Why Orange Wines Capture the Essence of Fall | Wine

Lagar de Costa Albariño Natural, Rías Baixas, Spain 2021 (£21, botteapostle.com; shrinetothevine.co.uk) There is something absolutely in tune with the times with orange wines, a relatively new category among wine merchants (or, more accurately, since they are based on the revival of an old tradition of winemaking, a “new-old” category). Partly it has to do with color: wherever they are on the spectrum from light gold to full amber, to use the palette of shades adopted by Britain’s leading importer of orange wines, Les Caves de Pyrene, they are reminiscent of a shade of leaf in an autumn wood. But the orange-autumn connection is also about the range of flavors and textures you’ll find in orange wines, which often have something of the orchard about them: even if the wines don’t taste like apple, pear, quince, or stone fruit (as they often do), they usually have the flavor and tannic chewiness of a Cox’s apple, as is the case with Galician producer Lagar de Costa’s gorgeous rendition, which also adds a hint of zesty citrus and salty minerals to the mix.

Fabien Jouves Skin Contact, France 2020 (from £28, brettshop.co.uk; corkandcask.co.uk) Orange wines are actually white wines in that they are made from white grapes but, rather than separating the juice from the skins before fermentation, winemakers choose to let the wine macerate for weeks or months. on the skins.
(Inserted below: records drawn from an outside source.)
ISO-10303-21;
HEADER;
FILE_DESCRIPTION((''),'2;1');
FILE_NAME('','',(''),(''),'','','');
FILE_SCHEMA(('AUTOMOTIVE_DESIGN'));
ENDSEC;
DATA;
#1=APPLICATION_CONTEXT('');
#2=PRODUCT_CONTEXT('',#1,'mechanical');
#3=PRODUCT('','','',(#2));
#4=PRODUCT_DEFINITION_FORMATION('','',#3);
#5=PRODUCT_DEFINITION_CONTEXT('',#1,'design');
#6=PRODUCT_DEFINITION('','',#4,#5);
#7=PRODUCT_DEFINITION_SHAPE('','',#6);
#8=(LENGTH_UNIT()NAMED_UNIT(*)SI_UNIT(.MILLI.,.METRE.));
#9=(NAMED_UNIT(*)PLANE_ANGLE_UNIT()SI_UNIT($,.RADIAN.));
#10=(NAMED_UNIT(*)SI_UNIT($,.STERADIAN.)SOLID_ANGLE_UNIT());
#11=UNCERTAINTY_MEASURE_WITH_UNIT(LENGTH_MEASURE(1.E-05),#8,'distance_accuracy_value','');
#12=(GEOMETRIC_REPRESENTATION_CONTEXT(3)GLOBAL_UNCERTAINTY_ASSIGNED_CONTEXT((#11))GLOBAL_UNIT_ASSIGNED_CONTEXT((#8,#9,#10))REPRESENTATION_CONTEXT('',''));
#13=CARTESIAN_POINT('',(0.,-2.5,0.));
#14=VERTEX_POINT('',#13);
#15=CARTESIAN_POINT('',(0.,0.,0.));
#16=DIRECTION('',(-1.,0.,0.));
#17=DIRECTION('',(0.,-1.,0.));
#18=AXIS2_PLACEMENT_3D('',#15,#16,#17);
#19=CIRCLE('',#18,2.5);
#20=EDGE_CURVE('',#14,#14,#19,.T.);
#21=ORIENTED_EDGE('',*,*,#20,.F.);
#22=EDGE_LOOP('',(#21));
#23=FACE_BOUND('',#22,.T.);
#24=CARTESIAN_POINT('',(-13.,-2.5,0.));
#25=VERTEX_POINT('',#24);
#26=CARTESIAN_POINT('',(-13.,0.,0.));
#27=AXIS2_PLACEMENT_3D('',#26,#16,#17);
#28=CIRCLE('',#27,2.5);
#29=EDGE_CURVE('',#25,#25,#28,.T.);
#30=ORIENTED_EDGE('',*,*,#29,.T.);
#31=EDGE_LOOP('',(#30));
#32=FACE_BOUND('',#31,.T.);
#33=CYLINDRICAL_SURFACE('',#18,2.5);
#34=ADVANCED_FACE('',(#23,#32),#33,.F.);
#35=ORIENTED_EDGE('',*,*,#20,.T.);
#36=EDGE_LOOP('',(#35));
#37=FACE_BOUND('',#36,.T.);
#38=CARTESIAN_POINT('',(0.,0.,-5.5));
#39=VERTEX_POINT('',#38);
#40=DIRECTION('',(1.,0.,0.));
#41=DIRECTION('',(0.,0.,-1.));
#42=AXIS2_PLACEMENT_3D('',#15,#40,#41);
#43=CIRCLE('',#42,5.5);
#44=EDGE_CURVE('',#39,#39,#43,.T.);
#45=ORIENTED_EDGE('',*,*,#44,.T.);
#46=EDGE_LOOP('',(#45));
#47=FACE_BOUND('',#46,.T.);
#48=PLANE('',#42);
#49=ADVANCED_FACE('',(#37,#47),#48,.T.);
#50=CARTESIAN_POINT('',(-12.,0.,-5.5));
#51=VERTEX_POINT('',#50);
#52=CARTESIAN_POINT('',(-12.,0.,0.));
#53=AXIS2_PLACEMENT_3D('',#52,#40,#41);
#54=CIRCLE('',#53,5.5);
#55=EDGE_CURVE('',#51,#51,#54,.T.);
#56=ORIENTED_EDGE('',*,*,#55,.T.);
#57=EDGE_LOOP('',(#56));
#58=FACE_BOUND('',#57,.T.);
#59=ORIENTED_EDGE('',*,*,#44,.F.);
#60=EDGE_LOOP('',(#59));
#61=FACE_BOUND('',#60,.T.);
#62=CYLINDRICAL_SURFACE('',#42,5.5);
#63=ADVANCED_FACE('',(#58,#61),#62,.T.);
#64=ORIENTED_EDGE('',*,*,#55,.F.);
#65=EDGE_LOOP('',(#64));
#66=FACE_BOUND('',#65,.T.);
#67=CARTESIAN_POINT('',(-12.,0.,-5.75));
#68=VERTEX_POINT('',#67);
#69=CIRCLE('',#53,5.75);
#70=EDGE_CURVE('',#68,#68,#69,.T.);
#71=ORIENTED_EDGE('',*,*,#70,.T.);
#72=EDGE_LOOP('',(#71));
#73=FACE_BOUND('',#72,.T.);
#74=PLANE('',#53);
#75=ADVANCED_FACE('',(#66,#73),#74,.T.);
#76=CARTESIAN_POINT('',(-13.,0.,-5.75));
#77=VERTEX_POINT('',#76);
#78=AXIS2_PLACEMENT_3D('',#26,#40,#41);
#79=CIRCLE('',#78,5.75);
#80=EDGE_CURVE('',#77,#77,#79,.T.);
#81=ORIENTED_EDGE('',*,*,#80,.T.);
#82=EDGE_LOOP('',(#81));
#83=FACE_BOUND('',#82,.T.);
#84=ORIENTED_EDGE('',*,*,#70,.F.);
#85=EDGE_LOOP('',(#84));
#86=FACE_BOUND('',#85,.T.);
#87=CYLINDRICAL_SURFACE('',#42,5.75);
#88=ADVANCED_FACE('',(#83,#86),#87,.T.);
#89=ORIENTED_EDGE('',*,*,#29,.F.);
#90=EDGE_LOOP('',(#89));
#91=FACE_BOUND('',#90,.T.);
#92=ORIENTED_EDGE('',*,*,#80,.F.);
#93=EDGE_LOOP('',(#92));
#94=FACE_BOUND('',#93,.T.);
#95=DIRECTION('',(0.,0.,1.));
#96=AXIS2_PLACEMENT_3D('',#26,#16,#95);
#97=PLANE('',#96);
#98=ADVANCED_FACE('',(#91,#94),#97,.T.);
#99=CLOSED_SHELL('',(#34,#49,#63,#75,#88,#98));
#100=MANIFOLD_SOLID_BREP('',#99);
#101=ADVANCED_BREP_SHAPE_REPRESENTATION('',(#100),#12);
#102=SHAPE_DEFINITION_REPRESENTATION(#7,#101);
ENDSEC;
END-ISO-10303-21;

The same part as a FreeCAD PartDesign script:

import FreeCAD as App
import Part
import Sketcher
from FreeCAD import Vector
Q = App.Units.Quantity

doc = App.newDocument("Part")
body = doc.addObject("PartDesign::Body", "Body")

sketch1 = doc.addObject("Sketcher::SketchObject", "Sketch")
body.addObject(sketch1)
sketch1.AttachmentSupport = (doc.XY_Plane, [""])
sketch1.MapMode = "FlatFace"
sketch1.addGeometry([
    Part.LineSegment(Vector(-13, 0, 0), Vector(0, 0, 0)),
    Part.LineSegment(Vector(0, 0, 0), Vector(0, 5.5, 0)),
    Part.LineSegment(Vector(0, 5.5, 0), Vector(-12, 5.5, 0)),
    Part.LineSegment(Vector(-12, 5.5, 0), Vector(-12, 5.75, 0)),
    Part.LineSegment(Vector(-12, 5.75, 0), Vector(-13, 5.75, 0)),
    Part.LineSegment(Vector(-13, 5.75, 0), Vector(-13, 0, 0)),
], False)
sketch1.addConstraint([
    Sketcher.Constraint("Coincident", 0, 2, 1, 1),
    Sketcher.Constraint("Coincident", 1, 2, 2, 1),
    Sketcher.Constraint("Coincident", 2, 2, 3, 1),
    Sketcher.Constraint("Coincident", 3, 2, 4, 1),
    Sketcher.Constraint("Coincident", 4, 2, 5, 1),
    Sketcher.Constraint("Coincident", 5, 2, 0, 1),
    Sketcher.Constraint("Horizontal", 0),
    Sketcher.Constraint("Vertical", 1),
    Sketcher.Constraint("Horizontal", 2),
    Sketcher.Constraint("Vertical", 3),
    Sketcher.Constraint("Horizontal", 4),
    Sketcher.Constraint("Vertical", 5),
    Sketcher.Constraint("Coincident", 0, 2, -1, 1),
    Sketcher.Constraint("DistanceX", 0, 1, 0, 2, Q("13 mm")),
    Sketcher.Constraint("DistanceX", 2, 2, 2, 1, Q("12 mm")),
    Sketcher.Constraint("DistanceY", 1, 1, 1, 2, Q("5.5 mm")),
    Sketcher.Constraint("DistanceY", 3, 1, 3, 2, Q("0.25 mm")),
])
revolution = doc.addObject("PartDesign::Revolution", "Revolution")
body.addObject(revolution)
revolution.Profile = sketch1
revolution.ReferenceAxis = (sketch1, ["H_Axis"])
revolution.Angle = 360

sketch2 = doc.addObject("Sketcher::SketchObject", "Sketch001")
body.addObject(sketch2)
sketch2.AttachmentSupport = (doc.YZ_Plane, [""])
sketch2.MapMode = "FlatFace"
sketch2.AttachmentOffset = App.Placement(Vector(0, 0, -13), App.Rotation())
sketch2.addGeometry(Part.Circle(Vector(0, 0, 0), Vector(0, 0, 1), 2.5), False)
sketch2.addConstraint([
    Sketcher.Constraint("Coincident", 0, 3, -1, 1),
    Sketcher.Constraint("Diameter", 0, Q("5 mm")),
])
pocket1 = doc.addObject("PartDesign::Pocket", "Pocket")
body.addObject(pocket1)
pocket1.Profile = sketch2
pocket1.Type = "ThroughAll"
pocket1.Reversed = True

doc.recompute()
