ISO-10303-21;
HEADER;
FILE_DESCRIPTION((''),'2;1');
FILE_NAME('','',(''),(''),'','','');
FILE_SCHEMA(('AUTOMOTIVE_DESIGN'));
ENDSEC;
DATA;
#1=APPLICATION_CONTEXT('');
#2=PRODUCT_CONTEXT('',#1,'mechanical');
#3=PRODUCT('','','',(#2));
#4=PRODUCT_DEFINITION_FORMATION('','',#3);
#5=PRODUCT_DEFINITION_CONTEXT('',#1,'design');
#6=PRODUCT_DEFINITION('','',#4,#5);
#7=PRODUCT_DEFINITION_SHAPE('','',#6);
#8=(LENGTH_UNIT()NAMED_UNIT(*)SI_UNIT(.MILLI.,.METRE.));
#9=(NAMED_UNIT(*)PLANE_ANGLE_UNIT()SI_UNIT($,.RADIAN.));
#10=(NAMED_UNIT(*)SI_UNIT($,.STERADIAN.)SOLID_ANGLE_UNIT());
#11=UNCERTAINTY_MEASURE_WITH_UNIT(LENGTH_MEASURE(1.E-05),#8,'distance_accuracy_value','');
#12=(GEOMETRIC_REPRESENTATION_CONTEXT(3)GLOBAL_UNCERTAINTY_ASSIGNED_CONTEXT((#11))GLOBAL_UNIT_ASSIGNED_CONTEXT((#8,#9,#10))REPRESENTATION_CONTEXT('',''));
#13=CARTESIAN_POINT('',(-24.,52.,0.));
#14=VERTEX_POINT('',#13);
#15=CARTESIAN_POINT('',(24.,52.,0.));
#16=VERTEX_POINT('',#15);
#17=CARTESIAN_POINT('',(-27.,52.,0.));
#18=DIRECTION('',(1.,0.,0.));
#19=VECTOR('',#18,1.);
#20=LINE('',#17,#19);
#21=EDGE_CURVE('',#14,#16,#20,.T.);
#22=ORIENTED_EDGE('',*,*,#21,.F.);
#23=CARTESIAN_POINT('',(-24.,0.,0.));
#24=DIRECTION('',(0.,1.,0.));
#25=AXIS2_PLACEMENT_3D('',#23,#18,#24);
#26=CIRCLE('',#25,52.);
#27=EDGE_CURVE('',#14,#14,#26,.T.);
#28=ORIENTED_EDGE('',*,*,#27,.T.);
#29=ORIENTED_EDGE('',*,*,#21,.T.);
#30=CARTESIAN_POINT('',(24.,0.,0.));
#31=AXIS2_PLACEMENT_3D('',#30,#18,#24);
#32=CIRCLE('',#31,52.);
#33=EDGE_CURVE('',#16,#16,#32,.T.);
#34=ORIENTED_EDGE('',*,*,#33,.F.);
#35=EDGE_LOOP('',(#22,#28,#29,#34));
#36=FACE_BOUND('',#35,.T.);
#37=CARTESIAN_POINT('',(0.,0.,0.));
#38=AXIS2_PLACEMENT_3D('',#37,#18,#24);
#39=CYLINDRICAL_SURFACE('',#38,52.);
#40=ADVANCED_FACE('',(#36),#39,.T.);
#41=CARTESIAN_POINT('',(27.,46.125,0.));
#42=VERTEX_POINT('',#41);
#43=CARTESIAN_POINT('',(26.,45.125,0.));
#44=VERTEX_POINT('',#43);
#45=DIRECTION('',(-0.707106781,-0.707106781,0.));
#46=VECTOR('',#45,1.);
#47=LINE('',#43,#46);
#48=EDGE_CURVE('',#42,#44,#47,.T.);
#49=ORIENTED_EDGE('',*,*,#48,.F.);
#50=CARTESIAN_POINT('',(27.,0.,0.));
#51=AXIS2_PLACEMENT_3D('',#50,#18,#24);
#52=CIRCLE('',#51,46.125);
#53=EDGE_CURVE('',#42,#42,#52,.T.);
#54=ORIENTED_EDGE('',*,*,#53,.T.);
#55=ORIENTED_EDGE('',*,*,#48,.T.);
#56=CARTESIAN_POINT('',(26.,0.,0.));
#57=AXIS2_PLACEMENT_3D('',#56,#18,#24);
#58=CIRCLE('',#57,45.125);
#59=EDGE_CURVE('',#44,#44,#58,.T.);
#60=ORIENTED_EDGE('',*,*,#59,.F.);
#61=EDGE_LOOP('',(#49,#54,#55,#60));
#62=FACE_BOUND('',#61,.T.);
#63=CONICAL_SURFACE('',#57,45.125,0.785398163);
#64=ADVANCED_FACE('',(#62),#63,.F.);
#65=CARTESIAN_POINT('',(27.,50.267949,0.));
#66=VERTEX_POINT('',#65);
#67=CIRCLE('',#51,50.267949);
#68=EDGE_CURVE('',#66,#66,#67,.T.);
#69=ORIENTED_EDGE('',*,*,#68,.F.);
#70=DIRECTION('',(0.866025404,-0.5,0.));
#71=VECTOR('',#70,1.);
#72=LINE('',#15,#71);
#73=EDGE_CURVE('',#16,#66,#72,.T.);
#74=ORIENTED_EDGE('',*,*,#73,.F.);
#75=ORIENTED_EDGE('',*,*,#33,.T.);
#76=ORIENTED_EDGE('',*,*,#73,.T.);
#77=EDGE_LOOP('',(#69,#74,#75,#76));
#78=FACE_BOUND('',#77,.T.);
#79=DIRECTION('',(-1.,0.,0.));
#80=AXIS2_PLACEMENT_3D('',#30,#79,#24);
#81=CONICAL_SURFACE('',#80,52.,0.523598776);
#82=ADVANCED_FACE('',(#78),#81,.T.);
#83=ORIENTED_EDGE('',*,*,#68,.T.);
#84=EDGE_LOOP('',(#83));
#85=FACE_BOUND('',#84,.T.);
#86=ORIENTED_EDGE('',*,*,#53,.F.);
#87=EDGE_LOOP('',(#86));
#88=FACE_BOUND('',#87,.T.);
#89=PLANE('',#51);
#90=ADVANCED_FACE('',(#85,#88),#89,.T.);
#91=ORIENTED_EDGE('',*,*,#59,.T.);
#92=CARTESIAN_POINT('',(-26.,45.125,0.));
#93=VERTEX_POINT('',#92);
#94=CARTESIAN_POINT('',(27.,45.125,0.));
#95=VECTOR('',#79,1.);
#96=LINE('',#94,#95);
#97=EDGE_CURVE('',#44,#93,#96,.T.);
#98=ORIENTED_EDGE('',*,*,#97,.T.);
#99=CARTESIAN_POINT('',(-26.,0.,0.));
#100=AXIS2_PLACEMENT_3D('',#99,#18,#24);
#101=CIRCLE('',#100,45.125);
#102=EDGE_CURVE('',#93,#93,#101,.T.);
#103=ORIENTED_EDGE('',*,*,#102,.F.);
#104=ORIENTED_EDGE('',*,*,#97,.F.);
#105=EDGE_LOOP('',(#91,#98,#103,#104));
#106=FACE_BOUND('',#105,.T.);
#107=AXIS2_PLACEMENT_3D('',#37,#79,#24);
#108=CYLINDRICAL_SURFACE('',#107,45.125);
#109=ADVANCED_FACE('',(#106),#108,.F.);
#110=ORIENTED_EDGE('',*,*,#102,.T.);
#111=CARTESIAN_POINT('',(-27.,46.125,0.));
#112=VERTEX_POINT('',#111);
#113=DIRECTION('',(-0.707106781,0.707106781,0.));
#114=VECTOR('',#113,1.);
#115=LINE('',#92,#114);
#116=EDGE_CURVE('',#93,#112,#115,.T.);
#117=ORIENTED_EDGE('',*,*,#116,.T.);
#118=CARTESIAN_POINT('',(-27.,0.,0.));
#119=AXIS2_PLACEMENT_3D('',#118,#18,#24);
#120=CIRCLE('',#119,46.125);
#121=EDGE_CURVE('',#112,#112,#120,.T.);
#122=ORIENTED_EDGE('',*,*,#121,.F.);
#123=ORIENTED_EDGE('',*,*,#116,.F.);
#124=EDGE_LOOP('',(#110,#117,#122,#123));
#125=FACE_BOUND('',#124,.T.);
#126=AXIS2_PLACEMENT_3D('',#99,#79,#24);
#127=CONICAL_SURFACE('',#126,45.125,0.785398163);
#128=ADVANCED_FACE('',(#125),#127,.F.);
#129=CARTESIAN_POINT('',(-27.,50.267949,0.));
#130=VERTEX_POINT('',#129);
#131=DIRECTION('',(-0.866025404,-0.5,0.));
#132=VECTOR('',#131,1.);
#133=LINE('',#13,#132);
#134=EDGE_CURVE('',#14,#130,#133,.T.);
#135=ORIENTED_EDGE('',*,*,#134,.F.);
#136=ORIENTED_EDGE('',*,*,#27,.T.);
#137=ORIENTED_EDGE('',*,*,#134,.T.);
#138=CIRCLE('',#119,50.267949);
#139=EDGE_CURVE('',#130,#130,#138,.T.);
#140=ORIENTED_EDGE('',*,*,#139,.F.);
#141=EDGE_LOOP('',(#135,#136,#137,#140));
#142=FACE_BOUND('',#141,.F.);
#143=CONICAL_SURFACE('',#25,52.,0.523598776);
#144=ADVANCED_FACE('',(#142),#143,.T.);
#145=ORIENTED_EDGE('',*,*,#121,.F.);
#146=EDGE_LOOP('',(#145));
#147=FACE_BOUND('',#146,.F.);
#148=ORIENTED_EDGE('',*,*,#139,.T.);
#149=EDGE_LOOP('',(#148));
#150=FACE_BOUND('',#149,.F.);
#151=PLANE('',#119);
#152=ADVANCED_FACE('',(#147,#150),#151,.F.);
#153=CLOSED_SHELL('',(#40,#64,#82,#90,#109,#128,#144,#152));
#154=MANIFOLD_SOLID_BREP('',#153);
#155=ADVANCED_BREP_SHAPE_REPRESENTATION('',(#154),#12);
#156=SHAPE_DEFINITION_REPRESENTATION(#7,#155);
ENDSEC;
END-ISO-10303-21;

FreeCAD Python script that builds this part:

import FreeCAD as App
import Part
import Sketcher
Q = App.Units.Quantity


def edges_at(feature, points):
    """Names of the edges that pass closest to the given points."""
    edges = feature.Shape.Edges
    near = lambda p: min(range(len(edges)), key=lambda i: edges[i].distToShape(Part.Vertex(*p))[0])
    return sorted({f"Edge{near(p) + 1}" for p in points})

doc = App.newDocument("Part")
params = doc.addObject("Spreadsheet::Sheet", "Params")
for row, (alias, value) in enumerate([
    ("sketch1_diameter", "104 mm"),
    ("sketch1_diameter2", "90.25 mm"),
    ("pad1_length", "54 mm"),
    ("chamfer_size", "1 mm"),
    ("chamfer2_size", "3 mm"),
    ("chamfer2_size2", "1.732051 mm"),
], start=1):
    params.set(f"A{row}", alias)
    params.set(f"B{row}", "=" + value)
    params.setAlias(f"B{row}", alias)

body = doc.addObject("PartDesign::Body", "Body")

# Sketch on YZ plane
sketch1 = doc.addObject("Sketcher::SketchObject", "Sketch")
body.addObject(sketch1)
sketch1.AttachmentSupport = (doc.YZ_Plane, [""])
sketch1.MapMode = "FlatFace"
sketch1.addGeometry(Part.Circle(App.Vector(0, 0, 0), App.Vector(0, 0, 1), 52), False)
sketch1.addGeometry(Part.Circle(App.Vector(0, 0, 0), App.Vector(0, 0, 1), 45.125), False)
sketch1.addConstraint(Sketcher.Constraint("Coincident", 0, 3, -1, 1))
sketch1.addConstraint(Sketcher.Constraint("Coincident", 1, 3, -1, 1))
sketch1.addConstraint(Sketcher.Constraint("Diameter", 0, Q("104 mm")))
sketch1.addConstraint(Sketcher.Constraint("Diameter", 1, Q("90.25 mm")))
sketch1.setExpression("Constraints[2]", "Params.sketch1_diameter")
sketch1.setExpression("Constraints[3]", "Params.sketch1_diameter2")
pad1 = doc.addObject("PartDesign::Pad", "Pad")
body.addObject(pad1)
pad1.Profile = sketch1
pad1.setExpression("Length", "Params.pad1_length")
pad1.Midplane = True
doc.recompute()

chamfer = doc.addObject("PartDesign::Chamfer", "Chamfer")
body.addObject(chamfer)
chamfer.Base = (pad1, edges_at(pad1, [(27, -45.125, 0), (-27, -45.125, 0)]))
chamfer.setExpression("Size", "Params.chamfer_size")
doc.recompute()

chamfer2 = doc.addObject("PartDesign::Chamfer", "Chamfer001")
body.addObject(chamfer2)
chamfer2.Base = (chamfer, edges_at(chamfer, [(-27, -52, 0), (27, -52, 0)]))
chamfer2.ChamferType = "Two distances"
chamfer2.setExpression("Size", "Params.chamfer2_size")
chamfer2.setExpression("Size2", "Params.chamfer2_size2")
chamfer2.FlipDirection = True

doc.recompute()
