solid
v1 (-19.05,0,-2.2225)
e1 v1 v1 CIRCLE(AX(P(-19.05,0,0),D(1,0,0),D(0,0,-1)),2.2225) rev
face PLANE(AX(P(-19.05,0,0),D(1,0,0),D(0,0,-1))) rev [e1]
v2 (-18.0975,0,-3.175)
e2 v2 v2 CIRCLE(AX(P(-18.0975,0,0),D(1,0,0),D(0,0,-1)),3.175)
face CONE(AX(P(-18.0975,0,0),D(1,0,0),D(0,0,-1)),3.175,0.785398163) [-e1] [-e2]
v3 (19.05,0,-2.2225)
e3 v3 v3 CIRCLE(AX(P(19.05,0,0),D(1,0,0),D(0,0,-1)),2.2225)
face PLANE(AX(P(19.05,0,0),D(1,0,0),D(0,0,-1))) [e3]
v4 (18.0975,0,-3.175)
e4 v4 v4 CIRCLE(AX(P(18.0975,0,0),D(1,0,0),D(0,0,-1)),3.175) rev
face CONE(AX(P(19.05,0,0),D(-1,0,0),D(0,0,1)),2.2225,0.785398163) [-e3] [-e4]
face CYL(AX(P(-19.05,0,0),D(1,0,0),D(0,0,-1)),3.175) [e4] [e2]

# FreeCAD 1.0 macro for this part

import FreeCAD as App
import Part
import Sketcher

V = App.Vector
Q = App.Units.Quantity


def edges_at(feature, points):
    """Names of the edges that pass closest to the given points."""
    edges = feature.Shape.Edges
    near = lambda p: min(range(len(edges)), key=lambda i: edges[i].distToShape(Part.Vertex(*p))[0])
    return sorted({f"Edge{near(p) + 1}" for p in points})

doc = App.newDocument("Part")
params = doc.addObject("Spreadsheet::Sheet", "Params")
for row, (alias, value) in enumerate([
    ("sketch1_diameter", "0.25 in"),
    ("pad1_length", "0.75 in"),
    ("pad1_length2", "0.75 in"),
    ("chamfer_size", "0.0375 in"),
], start=1):
    params.set(f"A{row}", alias)
    params.set(f"B{row}", "=" + value)
    params.setAlias(f"B{row}", alias)

body = doc.addObject("PartDesign::Body", "Body")

# Sketch on YZ plane
sketch1 = body.newObject("Sketcher::SketchObject", "Sketch")
sketch1.AttachmentSupport = (doc.getObject("YZ_Plane"), [""])
sketch1.MapMode = "FlatFace"
sketch1.addGeometry(Part.Circle(V(0, 0, 0), V(0, 0, 1), 3.2), False)
sketch1.addConstraint([
    Sketcher.Constraint("Coincident", 0, 3, -1, 1),
    Sketcher.Constraint("Diameter", 0, Q("0.25 in")),
])
sketch1.setExpression("Constraints[1]", "Params.sketch1_diameter")
pad1 = body.newObject("PartDesign::Pad", "Pad")
pad1.Profile = sketch1
pad1.Type = "TwoLengths"
pad1.setExpression("Length", "Params.pad1_length")
pad1.setExpression("Length2", "Params.pad1_length2")
doc.recompute()

chamfer = body.newObject("PartDesign::Chamfer", "Chamfer")
chamfer.Base = (pad1, edges_at(pad1, [(-19.05, 0, 3.175), (19.05, 0, 3.175)]))
chamfer.setExpression("Size", "Params.chamfer_size")

doc.recompute()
It gives orange wines their red wine like tannin, plus the panoply of spices, nuts and herbs and dried flowers, even hop notes that fans of the style (and I include myself in that club ) find so appealing. How long maceration takes depends a lot on the winemaker: the team of siblings behind Lagar de Costa give their albariño grapes several weeks of maceration, for example. Fabien Jouves, who makes a range of superb natural-leaning wines (red, white and orange) in the Cahors region of south-west France, gives his blend of local varietals Ugni Blanc, Gros Manseng and Muscat d ‘Alexandre, three months to bring the flavors of fresh dried tropical fruits and crisp tannins to his wonderful Skin Contact, which was lovely in 2020 and even better in 2021 about to hit the market.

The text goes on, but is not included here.